#### EXERCISE GOAL:
Only those lines in the data below from the line containing "#26=EDGE_CURVE('',#23,#14,#25,.T.);" through the line containing "#32=ORIENTED_EDGE('',*,*,#31,.F.);", both included, should be restated word for word.

[LISTED RECORDS — start]

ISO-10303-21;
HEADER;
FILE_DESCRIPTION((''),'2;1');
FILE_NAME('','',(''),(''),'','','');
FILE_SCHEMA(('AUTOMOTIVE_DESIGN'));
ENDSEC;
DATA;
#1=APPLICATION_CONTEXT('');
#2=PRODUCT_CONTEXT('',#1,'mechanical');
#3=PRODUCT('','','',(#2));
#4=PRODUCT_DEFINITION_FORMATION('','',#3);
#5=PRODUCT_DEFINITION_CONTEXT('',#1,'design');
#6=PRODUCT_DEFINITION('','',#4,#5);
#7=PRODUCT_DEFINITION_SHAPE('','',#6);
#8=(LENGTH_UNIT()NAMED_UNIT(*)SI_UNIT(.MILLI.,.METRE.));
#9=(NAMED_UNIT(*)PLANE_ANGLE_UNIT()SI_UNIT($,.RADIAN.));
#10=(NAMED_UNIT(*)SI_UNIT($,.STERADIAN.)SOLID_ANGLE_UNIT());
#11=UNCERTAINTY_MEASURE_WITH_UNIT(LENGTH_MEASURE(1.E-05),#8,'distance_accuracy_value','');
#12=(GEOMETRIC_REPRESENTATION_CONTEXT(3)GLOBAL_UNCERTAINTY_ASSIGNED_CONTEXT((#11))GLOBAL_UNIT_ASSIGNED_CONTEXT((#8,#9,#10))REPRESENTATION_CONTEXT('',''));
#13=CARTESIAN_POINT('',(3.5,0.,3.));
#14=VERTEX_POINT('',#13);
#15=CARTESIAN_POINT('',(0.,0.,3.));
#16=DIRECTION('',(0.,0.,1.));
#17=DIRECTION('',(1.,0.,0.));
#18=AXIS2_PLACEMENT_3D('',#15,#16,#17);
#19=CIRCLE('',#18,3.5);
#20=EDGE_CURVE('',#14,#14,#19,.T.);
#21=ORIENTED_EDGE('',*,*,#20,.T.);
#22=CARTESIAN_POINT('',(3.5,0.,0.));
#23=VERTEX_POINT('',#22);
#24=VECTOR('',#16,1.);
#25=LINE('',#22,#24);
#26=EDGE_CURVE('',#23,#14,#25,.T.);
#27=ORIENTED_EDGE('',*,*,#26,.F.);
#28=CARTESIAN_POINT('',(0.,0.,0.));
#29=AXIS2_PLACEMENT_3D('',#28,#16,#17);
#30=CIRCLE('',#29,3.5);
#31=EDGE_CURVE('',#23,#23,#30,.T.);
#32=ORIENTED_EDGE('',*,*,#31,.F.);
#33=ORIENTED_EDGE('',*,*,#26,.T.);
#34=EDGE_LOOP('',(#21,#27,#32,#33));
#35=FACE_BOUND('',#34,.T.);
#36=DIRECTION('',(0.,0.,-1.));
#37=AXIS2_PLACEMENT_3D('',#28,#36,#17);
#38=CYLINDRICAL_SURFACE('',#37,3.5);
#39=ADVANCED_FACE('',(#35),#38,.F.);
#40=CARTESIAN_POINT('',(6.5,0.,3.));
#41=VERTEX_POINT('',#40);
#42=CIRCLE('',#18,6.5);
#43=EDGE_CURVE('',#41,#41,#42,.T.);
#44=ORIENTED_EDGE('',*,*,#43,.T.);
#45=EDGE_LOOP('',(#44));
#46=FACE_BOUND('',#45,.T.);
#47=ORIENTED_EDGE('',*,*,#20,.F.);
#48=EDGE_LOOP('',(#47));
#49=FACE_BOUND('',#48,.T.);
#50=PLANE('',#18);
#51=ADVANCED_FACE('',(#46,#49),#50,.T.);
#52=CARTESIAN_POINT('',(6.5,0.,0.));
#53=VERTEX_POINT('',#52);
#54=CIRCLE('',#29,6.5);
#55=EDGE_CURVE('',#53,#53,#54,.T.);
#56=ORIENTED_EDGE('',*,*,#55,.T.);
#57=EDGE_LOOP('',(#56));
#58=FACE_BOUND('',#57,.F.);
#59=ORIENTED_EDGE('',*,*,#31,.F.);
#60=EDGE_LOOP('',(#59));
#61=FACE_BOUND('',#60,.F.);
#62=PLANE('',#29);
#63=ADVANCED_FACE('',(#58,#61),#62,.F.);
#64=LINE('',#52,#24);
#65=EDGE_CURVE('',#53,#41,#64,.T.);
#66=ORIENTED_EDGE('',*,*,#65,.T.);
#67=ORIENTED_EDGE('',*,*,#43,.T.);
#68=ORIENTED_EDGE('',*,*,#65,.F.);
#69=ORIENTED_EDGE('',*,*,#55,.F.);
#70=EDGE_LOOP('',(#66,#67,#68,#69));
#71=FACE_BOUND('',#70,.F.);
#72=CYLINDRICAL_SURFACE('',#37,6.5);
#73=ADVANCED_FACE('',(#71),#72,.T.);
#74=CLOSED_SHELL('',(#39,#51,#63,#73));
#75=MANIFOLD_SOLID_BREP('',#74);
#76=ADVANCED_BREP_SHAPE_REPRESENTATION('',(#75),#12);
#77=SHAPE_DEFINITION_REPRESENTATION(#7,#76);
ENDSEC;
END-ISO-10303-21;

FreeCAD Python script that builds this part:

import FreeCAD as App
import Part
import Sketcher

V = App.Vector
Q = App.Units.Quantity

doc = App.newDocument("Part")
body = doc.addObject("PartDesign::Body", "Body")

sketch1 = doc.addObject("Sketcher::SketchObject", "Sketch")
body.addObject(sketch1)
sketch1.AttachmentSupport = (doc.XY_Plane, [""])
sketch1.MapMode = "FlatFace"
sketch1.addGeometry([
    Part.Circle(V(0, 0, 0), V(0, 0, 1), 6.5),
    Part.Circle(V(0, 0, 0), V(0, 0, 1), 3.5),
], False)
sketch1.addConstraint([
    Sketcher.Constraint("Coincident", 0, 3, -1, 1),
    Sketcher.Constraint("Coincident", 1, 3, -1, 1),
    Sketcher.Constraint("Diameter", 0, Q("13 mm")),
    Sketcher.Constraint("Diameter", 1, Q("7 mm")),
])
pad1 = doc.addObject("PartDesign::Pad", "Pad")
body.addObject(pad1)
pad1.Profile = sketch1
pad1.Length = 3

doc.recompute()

[LISTED RECORDS — finish]

#### YOUR RESPONSE:
#26=EDGE_CURVE('',#23,#14,#25,.T.);
#27=ORIENTED_EDGE('',*,*,#26,.F.);
#28=CARTESIAN_POINT('',(0.,0.,0.));
#29=AXIS2_PLACEMENT_3D('',#28,#16,#17);
#30=CIRCLE('',#29,3.5);
#31=EDGE_CURVE('',#23,#23,#30,.T.);
#32=ORIENTED_EDGE('',*,*,#31,.F.);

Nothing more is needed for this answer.